I am personally and professionally thrilled to see new exhibitions that were developed by Indigenous groups for their communities and the broader public. These include Native Truths: Our Voices, Our Stories at the Field Museum, the stunning First Americans Museum in Oklahoma City, and the Culture Is Living hall at the Burke Museum at the University of Washington, Seattle, just to name a few.
As the Florida Museum recently argued, museum collections retain tremendous value for research on the most pressing issues facing humanity, including climate change, the loss of biodiversity, and cultural heritage preservation and change. Museum collections, holding at least 4.8 billion objects and specimens in the U.S., constitute a priceless and irreplaceable repository of existing knowledge and yet-to-be-discovered information.

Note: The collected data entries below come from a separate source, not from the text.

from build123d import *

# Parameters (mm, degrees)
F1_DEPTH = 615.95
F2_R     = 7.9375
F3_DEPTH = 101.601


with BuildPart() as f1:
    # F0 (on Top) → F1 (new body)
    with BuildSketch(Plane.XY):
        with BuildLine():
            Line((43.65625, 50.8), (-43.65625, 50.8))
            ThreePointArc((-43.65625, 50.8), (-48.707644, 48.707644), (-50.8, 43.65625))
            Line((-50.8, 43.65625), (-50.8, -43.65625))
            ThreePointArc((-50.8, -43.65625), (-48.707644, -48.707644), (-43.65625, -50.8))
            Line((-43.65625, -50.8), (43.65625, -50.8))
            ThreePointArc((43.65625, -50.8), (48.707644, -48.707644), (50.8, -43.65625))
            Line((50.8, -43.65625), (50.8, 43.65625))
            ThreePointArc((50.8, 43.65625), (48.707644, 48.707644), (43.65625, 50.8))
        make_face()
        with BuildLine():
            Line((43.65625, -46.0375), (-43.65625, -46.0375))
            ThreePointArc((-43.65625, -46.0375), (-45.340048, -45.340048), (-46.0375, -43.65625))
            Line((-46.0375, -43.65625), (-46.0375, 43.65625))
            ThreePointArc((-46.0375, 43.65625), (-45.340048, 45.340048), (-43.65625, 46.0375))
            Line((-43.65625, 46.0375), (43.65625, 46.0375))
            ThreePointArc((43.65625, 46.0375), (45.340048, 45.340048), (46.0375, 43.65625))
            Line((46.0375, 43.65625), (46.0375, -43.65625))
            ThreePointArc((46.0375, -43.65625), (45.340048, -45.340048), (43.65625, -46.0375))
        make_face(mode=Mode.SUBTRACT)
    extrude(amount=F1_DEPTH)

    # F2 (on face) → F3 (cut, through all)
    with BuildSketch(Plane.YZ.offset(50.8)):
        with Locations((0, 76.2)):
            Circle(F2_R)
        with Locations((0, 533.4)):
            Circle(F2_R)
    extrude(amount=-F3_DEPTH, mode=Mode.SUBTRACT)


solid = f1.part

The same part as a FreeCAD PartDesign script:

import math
import FreeCAD as App
import Part
import Sketcher
Q = App.Units.Quantity

doc = App.newDocument("Part")
body = doc.addObject("PartDesign::Body", "Body")

sketch1 = body.newObject("Sketcher::SketchObject", "Sketch")
sketch1.AttachmentSupport = (doc.getObject("XY_Plane"), [""])
sketch1.MapMode = "FlatFace"
sketch1.addGeometry(Part.LineSegment(App.Vector(43.65625, 50.8, 0), App.Vector(-43.65625, 50.8, 0)), False)
sketch1.addGeometry(Part.ArcOfCircle(Part.Circle(App.Vector(-43.65625, 43.65625, 0), App.Vector(0, 0, 1), 7.14375), math.radians(90.000002), math.radians(179.999998)), False)
sketch1.addGeometry(Part.LineSegment(App.Vector(-50.8, 43.65625, 0), App.Vector(-50.8, -43.65625, 0)), False)
sketch1.addGeometry(Part.ArcOfCircle(Part.Circle(App.Vector(-43.65625, -43.65625, 0), App.Vector(0, 0, 1), 7.14375), math.radians(-179.999998), math.radians(-90.000002)), False)
sketch1.addGeometry(Part.LineSegment(App.Vector(-43.65625, -50.8, 0), App.Vector(43.65625, -50.8, 0)), False)
sketch1.addGeometry(Part.ArcOfCircle(Part.Circle(App.Vector(43.65625, -43.65625, 0), App.Vector(0, 0, 1), 7.14375), math.radians(-89.999998), math.radians(-0.000002)), False)
sketch1.addGeometry(Part.LineSegment(App.Vector(50.8, -43.65625, 0), App.Vector(50.8, 43.65625, 0)), False)
sketch1.addGeometry(Part.ArcOfCircle(Part.Circle(App.Vector(43.65625, 43.65625, 0), App.Vector(0, 0, 1), 7.14375), math.radians(0.000002), math.radians(89.999998)), False)
sketch1.addGeometry(Part.ArcOfCircle(Part.Circle(App.Vector(43.65625, -43.65625, 0), App.Vector(0, 0, 1), 2.38125), math.radians(-89.999998), math.radians(-0.000002)), False)
sketch1.addGeometry(Part.LineSegment(App.Vector(43.65625, -46.0375, 0), App.Vector(-43.65625, -46.0375, 0)), False)
sketch1.addGeometry(Part.ArcOfCircle(Part.Circle(App.Vector(-43.65625, -43.65625, 0), App.Vector(0, 0, 1), 2.38125), math.radians(-179.999998), math.radians(-90.000002)), False)
sketch1.addGeometry(Part.LineSegment(App.Vector(-46.0375, -43.65625, 0), App.Vector(-46.0375, 43.65625, 0)), False)
sketch1.addGeometry(Part.ArcOfCircle(Part.Circle(App.Vector(-43.65625, 43.65625, 0), App.Vector(0, 0, 1), 2.38125), math.radians(90.000002), math.radians(179.999998)), False)
sketch1.addGeometry(Part.LineSegment(App.Vector(-43.65625, 46.0375, 0), App.Vector(43.65625, 46.0375, 0)), False)
sketch1.addGeometry(Part.ArcOfCircle(Part.Circle(App.Vector(43.65625, 43.65625, 0), App.Vector(0, 0, 1), 2.38125), math.radians(0.000002), math.radians(89.999998)), False)
sketch1.addGeometry(Part.LineSegment(App.Vector(46.0375, 43.65625, 0), App.Vector(46.0375, -43.65625, 0)), False)
sketch1.addConstraint(Sketcher.Constraint("Tangent", 0, 2, 1, 1))
sketch1.addConstraint(Sketcher.Constraint("Tangent", 1, 2, 2, 1))
sketch1.addConstraint(Sketcher.Constraint("Tangent", 2, 2, 3, 1))
sketch1.addConstraint(Sketcher.Constraint("Tangent", 3, 2, 4, 1))
sketch1.addConstraint(Sketcher.Constraint("Tangent", 4, 2, 5, 1))
sketch1.addConstraint(Sketcher.Constraint("Tangent", 5, 2, 6, 1))
sketch1.addConstraint(Sketcher.Constraint("Tangent", 6, 2, 7, 1))
sketch1.addConstraint(Sketcher.Constraint("Tangent", 7, 2, 0, 1))
sketch1.addConstraint(Sketcher.Constraint("Tangent", 8, 1, 9, 1))
sketch1.addConstraint(Sketcher.Constraint("Tangent", 9, 2, 10, 2))
sketch1.addConstraint(Sketcher.Constraint("Tangent", 10, 1, 11, 1))
sketch1.addConstraint(Sketcher.Constraint("Tangent", 11, 2, 12, 2))
sketch1.addConstraint(Sketcher.Constraint("Tangent", 12, 1, 13, 1))
sketch1.addConstraint(Sketcher.Constraint("Tangent", 13, 2, 14, 2))
sketch1.addConstraint(Sketcher.Constraint("Tangent", 14, 1, 15, 1))
sketch1.addConstraint(Sketcher.Constraint("Tangent", 15, 2, 8, 2))
sketch1.addConstraint(Sketcher.Constraint("Horizontal", 0))
sketch1.addConstraint(Sketcher.Constraint("Vertical", 2))
sketch1.addConstraint(Sketcher.Constraint("Horizontal", 4))
sketch1.addConstraint(Sketcher.Constraint("Vertical", 6))
sketch1.addConstraint(Sketcher.Constraint("Horizontal", 9))
sketch1.addConstraint(Sketcher.Constraint("Vertical", 11))
sketch1.addConstraint(Sketcher.Constraint("Horizontal", 13))
sketch1.addConstraint(Sketcher.Constraint("Vertical", 15))
sketch1.addConstraint(Sketcher.Constraint("Coincident", 8, 3, 5, 3))
sketch1.addConstraint(Sketcher.Constraint("Coincident", 10, 3, 3, 3))
sketch1.addConstraint(Sketcher.Constraint("Coincident", 12, 3, 1, 3))
sketch1.addConstraint(Sketcher.Constraint("Equal", 1, 3))
sketch1.addConstraint(Sketcher.Constraint("Equal", 3, 5))
sketch1.addConstraint(Sketcher.Constraint("Equal", 5, 7))
sketch1.addConstraint(Sketcher.Constraint("Equal", 12, 14))
sketch1.addConstraint(Sketcher.Constraint("Symmetric", 1, 3, 5, 3, -1, 1))
sketch1.addConstraint(Sketcher.Constraint("Equal", 13, 2))
sketch1.addConstraint(Sketcher.Constraint("DistanceY", -1, 1, 0, 2, Q("2 in")))
sketch1.addConstraint(Sketcher.Constraint("Radius", 1, Q("0.28125 in")))
sketch1.addConstraint(Sketcher.Constraint("Radius", 8, Q("0.09375 in")))
pad1 = body.newObject("PartDesign::Pad", "Pad")
pad1.Profile = sketch1
pad1.Length = Q("24.25 in")

sketch2 = body.newObject("Sketcher::SketchObject", "Sketch001")
sketch2.AttachmentSupport = (doc.getObject("YZ_Plane"), [""])
sketch2.MapMode = "FlatFace"
sketch2.AttachmentOffset = App.Placement(App.Vector(0, 0, 2 * 25.4), App.Rotation())
sketch2.addGeometry(Part.Circle(App.Vector(0, 76.2, 0), App.Vector(0, 0, 1), 7.9375), False)
sketch2.addGeometry(Part.Circle(App.Vector(0, 533.4, 0), App.Vector(0, 0, 1), 7.9375), False)
sketch2.addConstraint(Sketcher.Constraint("Equal", 0, 1))
sketch2.addConstraint(Sketcher.Constraint("PointOnObject", 0, 3, -2))
sketch2.addConstraint(Sketcher.Constraint("PointOnObject", 1, 3, -2))
sketch2.addConstraint(Sketcher.Constraint("Diameter", 0, Q("0.625 in")))
sketch2.addConstraint(Sketcher.Constraint("DistanceY", -1, 1, 0, 3, Q("3 in")))
sketch2.addConstraint(Sketcher.Constraint("DistanceY", -1, 1, 1, 3, Q("21 in")))
pocket1 = body.newObject("PartDesign::Pocket", "Pocket")
pocket1.Profile = sketch2
pocket1.Type = "ThroughAll"

doc.recompute()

And, in an increasingly polarized world, some museums have become community hubs that bring people together and broaden perspectives. According to the American Alliance of Museums, U.S. museums, historic sites, and science attractions draw more attendees than professional sporting events do. Museums are among the most trusted organizations in the U.S. From a purely economic standpoint, they provide 726,000 jobs and US$50 billion to the U.S. economy every year. Even while the COVID-19 pandemic was in full swing, the top 100 museums (by attendance) worldwide welcomed 71 million visitors in 2021.
GATEWAYS TO KNOWLEDGE
Museums cannot rest on these laurels, however. They must continue to engage in self-reflection and reform in order to right some of their wrongs. Recently published critiques of museums and their collecting practices bring attention to serious ethical violations.
But these incidents are part of the process of a necessary reckoning to help museums and their communities become more equitably and ethically engaged. On their path to increased attention to history, justice, and human rights, most museums enhance the greater good. They provide opportunities to learn about our universe, planet, and place as individuals and as a species.
Back in 1992, I asked a group of students at the University of Arizona why we study anthropology. A creative writing major answered, “because the epic sweep of humanity is indeed mighty cool to behold.” Forever engrained in my brain, that phrase encapsulates why I entered the museum business. In museums, we can behold the epic sweep of humanity.